## Assignment
Copy, word for word, the lines of the entries below between the one with "f 107 32 106" and the one with "f 124 122 121", inclusive, and leave out everything else.

## Source information
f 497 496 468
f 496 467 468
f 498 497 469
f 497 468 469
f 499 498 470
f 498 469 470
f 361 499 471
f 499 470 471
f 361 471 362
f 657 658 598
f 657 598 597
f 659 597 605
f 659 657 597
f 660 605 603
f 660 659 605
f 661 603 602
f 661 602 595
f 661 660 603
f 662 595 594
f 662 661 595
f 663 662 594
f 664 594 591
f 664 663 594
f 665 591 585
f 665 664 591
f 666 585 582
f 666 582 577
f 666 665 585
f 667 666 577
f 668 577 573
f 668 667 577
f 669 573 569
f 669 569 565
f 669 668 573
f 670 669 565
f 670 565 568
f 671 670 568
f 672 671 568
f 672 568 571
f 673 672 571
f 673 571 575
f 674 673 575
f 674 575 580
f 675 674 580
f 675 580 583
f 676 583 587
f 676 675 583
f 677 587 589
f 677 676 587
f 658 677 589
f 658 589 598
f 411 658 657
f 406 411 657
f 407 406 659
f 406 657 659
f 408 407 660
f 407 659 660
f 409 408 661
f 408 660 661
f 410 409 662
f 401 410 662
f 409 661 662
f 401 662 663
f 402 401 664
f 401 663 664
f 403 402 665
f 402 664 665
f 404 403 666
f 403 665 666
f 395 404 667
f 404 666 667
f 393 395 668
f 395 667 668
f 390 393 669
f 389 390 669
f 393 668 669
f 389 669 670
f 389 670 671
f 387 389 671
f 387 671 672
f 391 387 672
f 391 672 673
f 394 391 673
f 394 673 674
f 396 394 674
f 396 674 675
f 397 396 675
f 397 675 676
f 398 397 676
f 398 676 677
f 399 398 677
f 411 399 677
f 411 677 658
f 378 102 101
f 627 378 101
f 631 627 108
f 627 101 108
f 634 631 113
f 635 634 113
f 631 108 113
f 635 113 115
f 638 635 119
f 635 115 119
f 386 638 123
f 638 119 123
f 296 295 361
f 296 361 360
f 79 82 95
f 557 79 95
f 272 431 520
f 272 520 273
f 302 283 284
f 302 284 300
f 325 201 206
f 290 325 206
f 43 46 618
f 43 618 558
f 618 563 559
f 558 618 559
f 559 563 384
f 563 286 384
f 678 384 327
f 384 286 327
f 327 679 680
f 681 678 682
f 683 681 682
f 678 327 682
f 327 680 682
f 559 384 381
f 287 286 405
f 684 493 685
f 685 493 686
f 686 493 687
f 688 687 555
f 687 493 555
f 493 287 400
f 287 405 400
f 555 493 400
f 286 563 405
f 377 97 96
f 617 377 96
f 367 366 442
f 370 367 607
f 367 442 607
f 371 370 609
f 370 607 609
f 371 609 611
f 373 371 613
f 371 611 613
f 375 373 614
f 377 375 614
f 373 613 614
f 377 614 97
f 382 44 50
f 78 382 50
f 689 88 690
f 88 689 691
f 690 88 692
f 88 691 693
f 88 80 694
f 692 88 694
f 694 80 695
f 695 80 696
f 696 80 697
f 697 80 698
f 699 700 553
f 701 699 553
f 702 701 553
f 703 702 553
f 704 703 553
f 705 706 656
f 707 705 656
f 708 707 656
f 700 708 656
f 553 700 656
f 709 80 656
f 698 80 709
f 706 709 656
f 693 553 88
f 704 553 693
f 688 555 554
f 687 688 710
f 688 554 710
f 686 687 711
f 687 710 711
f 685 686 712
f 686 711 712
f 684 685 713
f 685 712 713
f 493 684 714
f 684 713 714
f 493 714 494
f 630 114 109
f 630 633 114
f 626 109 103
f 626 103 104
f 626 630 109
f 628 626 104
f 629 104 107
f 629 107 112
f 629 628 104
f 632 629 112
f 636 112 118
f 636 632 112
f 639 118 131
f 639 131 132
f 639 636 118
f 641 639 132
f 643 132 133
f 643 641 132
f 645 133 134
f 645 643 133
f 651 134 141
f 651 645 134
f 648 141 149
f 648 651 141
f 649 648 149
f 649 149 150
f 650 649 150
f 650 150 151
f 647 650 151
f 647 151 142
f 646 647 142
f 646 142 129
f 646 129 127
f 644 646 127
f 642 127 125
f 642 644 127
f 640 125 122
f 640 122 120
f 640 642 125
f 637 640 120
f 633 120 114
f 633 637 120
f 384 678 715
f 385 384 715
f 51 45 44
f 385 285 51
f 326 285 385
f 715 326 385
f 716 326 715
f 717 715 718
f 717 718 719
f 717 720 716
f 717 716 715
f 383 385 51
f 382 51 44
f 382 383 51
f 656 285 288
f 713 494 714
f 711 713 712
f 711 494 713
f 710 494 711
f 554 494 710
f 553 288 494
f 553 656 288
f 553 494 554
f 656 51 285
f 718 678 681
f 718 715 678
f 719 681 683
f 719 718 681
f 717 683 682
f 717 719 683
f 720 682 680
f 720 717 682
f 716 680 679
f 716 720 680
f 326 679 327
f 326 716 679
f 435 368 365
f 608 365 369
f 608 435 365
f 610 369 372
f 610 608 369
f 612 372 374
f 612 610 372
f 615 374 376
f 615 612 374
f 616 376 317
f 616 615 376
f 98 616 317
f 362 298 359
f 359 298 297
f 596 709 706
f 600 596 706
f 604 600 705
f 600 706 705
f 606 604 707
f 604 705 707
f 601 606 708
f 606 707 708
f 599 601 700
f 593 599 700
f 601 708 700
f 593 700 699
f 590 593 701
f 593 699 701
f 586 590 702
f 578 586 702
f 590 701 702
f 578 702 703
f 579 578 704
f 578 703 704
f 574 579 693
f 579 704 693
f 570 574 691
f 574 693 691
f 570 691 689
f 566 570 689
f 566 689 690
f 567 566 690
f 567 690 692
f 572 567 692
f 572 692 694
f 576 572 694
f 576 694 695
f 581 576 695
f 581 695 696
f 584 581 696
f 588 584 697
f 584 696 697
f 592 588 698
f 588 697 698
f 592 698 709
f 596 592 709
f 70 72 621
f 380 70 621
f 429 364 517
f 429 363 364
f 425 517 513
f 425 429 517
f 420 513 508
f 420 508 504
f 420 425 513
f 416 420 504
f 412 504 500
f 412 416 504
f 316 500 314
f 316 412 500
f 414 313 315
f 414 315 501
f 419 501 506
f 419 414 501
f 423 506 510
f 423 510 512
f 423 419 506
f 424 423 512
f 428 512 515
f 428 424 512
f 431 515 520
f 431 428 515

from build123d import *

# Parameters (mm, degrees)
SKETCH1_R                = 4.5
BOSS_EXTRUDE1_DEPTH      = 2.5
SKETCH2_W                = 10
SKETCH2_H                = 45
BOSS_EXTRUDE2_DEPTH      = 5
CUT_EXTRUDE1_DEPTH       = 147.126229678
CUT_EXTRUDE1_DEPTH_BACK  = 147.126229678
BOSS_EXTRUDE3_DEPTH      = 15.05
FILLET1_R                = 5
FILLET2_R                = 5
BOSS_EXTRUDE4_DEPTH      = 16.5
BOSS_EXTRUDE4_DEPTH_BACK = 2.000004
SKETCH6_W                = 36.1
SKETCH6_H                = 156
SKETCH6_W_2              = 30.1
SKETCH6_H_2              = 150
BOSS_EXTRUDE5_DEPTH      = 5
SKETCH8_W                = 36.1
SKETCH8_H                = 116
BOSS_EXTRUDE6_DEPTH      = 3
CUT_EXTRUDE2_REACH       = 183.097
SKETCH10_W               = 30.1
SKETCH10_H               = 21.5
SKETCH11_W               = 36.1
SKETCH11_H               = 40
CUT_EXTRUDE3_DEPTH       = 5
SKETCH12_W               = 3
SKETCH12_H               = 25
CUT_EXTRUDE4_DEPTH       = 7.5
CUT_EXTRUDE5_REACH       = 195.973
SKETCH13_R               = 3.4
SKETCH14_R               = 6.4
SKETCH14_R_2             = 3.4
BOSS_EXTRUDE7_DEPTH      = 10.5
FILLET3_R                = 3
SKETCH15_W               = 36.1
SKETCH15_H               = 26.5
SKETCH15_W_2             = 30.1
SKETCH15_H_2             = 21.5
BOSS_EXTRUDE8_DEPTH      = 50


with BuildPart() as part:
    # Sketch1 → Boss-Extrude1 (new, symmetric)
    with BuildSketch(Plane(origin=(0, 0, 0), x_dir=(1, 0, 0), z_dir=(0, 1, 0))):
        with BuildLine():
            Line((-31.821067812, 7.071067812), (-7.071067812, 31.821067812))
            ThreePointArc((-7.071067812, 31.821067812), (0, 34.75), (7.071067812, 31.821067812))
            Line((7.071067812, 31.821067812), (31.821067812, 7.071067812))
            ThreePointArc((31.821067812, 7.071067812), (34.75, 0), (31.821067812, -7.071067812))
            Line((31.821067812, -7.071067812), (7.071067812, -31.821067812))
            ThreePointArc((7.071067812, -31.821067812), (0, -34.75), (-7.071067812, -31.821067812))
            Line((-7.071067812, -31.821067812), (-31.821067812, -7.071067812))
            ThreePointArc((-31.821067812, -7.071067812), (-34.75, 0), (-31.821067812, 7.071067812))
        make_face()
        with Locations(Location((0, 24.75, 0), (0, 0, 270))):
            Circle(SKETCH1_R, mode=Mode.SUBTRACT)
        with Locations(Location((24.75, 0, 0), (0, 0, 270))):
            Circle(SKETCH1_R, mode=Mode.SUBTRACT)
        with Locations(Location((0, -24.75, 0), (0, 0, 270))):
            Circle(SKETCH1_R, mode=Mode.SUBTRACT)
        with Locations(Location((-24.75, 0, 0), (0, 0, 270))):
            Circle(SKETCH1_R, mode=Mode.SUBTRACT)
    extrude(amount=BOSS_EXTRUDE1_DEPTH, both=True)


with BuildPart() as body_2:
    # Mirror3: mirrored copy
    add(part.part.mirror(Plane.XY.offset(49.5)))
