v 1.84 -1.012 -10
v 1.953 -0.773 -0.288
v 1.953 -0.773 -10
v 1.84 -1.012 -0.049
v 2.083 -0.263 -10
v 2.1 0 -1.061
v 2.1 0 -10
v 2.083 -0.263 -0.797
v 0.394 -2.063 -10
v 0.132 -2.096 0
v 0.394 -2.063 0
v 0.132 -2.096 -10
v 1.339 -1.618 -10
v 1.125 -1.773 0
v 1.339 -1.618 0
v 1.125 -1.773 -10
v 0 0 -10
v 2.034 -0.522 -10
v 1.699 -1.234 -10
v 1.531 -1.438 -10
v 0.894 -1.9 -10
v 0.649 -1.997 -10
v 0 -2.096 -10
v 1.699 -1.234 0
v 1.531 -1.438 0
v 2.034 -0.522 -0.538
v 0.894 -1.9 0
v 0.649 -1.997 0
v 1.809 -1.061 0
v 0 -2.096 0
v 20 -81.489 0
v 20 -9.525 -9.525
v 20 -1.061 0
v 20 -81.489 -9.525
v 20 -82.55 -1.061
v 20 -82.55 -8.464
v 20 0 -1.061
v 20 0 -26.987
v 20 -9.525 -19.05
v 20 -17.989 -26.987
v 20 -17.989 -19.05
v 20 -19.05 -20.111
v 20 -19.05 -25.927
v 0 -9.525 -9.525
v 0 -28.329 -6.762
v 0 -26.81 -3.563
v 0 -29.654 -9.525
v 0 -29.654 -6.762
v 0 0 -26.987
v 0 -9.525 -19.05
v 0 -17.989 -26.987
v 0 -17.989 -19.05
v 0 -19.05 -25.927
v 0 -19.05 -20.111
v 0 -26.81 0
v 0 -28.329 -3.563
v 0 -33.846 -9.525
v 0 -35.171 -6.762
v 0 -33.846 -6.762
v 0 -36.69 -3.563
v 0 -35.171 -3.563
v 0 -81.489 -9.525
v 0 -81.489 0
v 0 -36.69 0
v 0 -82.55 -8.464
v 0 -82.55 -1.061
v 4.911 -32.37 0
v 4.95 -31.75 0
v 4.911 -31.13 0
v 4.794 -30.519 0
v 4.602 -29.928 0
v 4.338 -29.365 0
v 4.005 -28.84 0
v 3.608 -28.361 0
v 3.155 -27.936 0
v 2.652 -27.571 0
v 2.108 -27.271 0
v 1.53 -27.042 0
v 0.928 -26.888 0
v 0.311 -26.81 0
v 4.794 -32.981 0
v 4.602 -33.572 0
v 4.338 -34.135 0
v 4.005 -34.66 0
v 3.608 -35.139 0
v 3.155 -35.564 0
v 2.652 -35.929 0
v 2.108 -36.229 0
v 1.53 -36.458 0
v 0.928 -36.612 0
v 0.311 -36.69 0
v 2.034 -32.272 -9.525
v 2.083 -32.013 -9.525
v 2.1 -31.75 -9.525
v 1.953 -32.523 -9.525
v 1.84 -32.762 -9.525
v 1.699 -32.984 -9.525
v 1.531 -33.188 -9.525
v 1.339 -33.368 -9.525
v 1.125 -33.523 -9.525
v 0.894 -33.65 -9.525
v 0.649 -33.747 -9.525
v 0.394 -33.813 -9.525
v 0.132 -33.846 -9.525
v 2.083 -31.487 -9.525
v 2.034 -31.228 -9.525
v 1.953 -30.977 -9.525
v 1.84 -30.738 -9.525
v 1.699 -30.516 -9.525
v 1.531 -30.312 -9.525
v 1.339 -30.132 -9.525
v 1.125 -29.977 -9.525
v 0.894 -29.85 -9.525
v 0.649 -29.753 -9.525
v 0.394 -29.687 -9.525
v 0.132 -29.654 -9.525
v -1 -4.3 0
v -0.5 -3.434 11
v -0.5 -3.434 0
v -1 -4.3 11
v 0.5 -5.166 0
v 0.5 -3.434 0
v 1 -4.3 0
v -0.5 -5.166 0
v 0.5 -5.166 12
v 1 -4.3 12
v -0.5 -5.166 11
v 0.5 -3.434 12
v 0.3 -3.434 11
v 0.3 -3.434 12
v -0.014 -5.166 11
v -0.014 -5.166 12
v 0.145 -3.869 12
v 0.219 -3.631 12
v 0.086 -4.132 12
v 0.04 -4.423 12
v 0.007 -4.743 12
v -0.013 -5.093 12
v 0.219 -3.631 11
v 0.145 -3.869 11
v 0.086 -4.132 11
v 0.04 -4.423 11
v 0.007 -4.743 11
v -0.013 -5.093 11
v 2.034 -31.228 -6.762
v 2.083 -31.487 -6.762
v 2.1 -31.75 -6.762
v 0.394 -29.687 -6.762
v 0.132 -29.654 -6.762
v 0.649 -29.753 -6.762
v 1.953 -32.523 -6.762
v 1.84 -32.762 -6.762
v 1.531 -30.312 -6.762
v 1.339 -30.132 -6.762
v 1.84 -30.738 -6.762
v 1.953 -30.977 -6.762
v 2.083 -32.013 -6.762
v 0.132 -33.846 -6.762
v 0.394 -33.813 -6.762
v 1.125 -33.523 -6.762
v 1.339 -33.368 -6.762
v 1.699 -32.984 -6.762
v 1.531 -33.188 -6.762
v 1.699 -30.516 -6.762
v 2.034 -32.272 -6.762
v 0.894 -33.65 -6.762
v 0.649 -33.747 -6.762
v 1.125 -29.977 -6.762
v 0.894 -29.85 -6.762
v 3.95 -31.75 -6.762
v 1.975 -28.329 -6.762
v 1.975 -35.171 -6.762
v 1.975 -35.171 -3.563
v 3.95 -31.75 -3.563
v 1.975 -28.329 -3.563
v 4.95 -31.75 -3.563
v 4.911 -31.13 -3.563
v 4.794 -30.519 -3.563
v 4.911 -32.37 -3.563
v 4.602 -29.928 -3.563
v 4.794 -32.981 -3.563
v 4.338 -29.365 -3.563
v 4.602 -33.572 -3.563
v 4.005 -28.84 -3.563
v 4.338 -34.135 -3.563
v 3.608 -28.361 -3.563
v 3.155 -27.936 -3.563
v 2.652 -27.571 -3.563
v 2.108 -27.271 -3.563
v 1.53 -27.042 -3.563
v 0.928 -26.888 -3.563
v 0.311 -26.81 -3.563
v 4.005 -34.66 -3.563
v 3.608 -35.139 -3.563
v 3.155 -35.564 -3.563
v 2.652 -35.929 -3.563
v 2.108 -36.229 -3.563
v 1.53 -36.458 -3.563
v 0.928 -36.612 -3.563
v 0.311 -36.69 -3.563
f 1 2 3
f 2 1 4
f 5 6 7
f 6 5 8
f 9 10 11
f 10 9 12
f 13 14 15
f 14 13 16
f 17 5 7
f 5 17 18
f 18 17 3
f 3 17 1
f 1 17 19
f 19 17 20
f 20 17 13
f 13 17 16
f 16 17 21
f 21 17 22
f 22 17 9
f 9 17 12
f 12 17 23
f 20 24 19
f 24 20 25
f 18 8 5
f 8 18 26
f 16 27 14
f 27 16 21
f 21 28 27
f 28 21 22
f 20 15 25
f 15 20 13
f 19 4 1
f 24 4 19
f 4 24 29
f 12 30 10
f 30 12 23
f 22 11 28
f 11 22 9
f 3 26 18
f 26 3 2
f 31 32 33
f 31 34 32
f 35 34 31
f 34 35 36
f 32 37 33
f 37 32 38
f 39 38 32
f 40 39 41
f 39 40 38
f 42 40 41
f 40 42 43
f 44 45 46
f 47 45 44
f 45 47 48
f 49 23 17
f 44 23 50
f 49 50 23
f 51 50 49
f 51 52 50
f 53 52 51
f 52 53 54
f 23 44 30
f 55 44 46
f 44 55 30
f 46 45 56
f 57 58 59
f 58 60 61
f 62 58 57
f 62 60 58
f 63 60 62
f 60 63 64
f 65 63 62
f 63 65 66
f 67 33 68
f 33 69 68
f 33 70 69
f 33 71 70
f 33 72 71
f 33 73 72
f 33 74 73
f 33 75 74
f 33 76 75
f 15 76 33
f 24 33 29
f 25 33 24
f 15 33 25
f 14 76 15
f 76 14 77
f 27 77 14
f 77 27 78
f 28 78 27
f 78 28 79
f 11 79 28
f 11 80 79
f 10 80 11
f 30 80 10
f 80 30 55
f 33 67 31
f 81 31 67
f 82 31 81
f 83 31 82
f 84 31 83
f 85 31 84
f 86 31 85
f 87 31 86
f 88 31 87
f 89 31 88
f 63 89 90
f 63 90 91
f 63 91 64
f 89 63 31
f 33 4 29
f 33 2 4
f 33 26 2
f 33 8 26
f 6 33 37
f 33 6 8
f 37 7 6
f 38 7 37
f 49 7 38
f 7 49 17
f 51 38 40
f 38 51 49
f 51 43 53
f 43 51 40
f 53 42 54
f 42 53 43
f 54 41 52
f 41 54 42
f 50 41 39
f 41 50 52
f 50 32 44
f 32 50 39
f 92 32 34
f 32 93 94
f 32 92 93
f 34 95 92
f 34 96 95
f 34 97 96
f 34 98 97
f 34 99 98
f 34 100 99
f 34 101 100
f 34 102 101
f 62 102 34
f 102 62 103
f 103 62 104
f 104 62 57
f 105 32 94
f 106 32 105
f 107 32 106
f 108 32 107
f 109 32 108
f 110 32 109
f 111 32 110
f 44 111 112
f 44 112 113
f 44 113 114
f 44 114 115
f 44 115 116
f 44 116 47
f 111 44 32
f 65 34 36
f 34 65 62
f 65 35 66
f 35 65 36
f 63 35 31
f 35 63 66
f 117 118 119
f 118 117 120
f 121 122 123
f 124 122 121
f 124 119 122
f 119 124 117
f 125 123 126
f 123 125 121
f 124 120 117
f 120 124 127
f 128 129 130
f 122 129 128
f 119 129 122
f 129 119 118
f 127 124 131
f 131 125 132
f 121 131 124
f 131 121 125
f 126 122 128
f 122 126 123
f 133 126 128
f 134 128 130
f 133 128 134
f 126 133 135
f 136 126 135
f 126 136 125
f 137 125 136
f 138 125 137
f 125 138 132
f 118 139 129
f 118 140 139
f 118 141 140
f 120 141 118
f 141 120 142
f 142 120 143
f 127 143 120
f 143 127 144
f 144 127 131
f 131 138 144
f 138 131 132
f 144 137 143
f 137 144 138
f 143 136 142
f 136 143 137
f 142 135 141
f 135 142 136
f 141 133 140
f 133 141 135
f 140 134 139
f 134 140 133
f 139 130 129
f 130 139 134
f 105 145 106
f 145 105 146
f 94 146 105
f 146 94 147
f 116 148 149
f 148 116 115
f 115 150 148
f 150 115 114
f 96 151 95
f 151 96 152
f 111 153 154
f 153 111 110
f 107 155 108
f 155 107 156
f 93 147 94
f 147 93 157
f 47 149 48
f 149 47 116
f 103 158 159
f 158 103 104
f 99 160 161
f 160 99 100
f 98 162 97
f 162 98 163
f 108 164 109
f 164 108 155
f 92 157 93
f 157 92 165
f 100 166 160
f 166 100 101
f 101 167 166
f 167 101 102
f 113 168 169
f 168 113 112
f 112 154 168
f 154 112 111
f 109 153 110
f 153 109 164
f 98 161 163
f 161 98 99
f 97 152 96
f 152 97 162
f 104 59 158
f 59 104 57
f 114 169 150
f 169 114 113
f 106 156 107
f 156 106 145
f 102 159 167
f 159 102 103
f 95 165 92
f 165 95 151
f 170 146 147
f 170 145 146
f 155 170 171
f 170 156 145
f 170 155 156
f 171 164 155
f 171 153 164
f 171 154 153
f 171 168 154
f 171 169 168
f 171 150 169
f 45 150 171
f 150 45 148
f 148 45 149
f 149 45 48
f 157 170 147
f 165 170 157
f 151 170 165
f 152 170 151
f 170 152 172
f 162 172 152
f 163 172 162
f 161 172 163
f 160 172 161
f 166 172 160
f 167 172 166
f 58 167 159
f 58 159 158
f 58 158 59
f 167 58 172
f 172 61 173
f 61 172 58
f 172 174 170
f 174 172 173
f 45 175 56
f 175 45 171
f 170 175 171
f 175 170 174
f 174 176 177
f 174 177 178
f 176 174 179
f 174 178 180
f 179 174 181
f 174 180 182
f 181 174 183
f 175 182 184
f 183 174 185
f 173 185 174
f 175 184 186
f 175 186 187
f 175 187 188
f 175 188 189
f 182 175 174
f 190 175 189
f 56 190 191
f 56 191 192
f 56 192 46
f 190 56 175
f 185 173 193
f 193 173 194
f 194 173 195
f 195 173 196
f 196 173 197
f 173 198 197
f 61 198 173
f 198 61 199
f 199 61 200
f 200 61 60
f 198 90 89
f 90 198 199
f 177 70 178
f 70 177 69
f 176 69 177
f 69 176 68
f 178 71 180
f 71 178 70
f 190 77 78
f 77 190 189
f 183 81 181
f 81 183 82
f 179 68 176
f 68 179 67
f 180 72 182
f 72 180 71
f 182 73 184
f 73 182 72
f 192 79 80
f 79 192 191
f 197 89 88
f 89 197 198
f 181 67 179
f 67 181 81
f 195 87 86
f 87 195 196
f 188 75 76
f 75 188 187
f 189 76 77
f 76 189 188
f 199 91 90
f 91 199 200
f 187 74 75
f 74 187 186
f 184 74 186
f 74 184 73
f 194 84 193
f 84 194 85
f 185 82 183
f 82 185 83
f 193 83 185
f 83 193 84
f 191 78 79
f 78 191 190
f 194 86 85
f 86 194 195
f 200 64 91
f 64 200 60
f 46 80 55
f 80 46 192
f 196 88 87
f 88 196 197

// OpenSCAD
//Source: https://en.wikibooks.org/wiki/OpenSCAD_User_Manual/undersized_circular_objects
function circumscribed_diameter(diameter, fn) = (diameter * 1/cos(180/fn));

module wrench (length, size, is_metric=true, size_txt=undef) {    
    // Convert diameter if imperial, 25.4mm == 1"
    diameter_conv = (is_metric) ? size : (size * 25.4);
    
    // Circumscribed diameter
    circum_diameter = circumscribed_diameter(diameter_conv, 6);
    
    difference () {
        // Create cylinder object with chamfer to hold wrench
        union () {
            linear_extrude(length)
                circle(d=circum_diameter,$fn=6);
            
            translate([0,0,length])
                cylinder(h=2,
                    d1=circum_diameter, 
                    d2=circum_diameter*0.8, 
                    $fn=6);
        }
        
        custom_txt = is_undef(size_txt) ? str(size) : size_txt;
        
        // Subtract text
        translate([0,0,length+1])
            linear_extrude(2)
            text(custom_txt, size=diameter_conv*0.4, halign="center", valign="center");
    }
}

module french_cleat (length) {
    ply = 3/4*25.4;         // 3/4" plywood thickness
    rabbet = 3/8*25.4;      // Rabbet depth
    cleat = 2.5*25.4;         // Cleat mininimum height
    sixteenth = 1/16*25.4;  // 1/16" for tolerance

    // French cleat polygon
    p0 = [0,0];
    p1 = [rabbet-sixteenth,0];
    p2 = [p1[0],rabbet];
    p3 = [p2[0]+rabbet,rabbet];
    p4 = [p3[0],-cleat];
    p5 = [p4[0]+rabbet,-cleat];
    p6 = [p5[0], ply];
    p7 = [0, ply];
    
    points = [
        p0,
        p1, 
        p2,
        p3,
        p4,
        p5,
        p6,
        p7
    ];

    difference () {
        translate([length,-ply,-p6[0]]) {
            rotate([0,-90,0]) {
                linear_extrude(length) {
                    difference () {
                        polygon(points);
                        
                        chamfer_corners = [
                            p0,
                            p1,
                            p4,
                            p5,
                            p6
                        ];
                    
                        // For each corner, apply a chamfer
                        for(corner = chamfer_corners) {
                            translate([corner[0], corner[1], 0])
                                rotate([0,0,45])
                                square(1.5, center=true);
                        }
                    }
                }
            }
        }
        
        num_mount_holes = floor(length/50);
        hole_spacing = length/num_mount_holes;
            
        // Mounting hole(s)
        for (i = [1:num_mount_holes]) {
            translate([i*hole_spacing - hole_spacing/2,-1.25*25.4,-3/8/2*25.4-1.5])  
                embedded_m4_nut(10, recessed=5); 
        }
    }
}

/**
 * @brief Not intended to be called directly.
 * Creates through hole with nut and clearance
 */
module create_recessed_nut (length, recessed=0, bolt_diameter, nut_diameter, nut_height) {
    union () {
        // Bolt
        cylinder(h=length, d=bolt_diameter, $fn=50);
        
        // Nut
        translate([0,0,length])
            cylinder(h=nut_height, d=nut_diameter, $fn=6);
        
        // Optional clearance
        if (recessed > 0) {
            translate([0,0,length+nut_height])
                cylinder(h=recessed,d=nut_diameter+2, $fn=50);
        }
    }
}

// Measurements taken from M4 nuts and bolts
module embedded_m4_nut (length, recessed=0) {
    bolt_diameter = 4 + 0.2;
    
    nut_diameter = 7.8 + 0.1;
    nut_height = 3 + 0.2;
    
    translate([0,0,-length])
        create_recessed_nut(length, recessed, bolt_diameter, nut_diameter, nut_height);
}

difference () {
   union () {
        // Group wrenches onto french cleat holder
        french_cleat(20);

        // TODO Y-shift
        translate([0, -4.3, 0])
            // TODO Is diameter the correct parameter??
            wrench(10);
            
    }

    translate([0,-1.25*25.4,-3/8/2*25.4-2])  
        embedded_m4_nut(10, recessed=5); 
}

## Response area
f 107 32 106
f 108 32 107
f 109 32 108
f 110 32 109
f 111 32 110
f 44 111 112
f 44 112 113
f 44 113 114
f 44 114 115
f 44 115 116
f 44 116 47
f 111 44 32
f 65 34 36
f 34 65 62
f 65 35 66
f 35 65 36
f 63 35 31
f 35 63 66
f 117 118 119
f 118 117 120
f 121 122 123
f 124 122 121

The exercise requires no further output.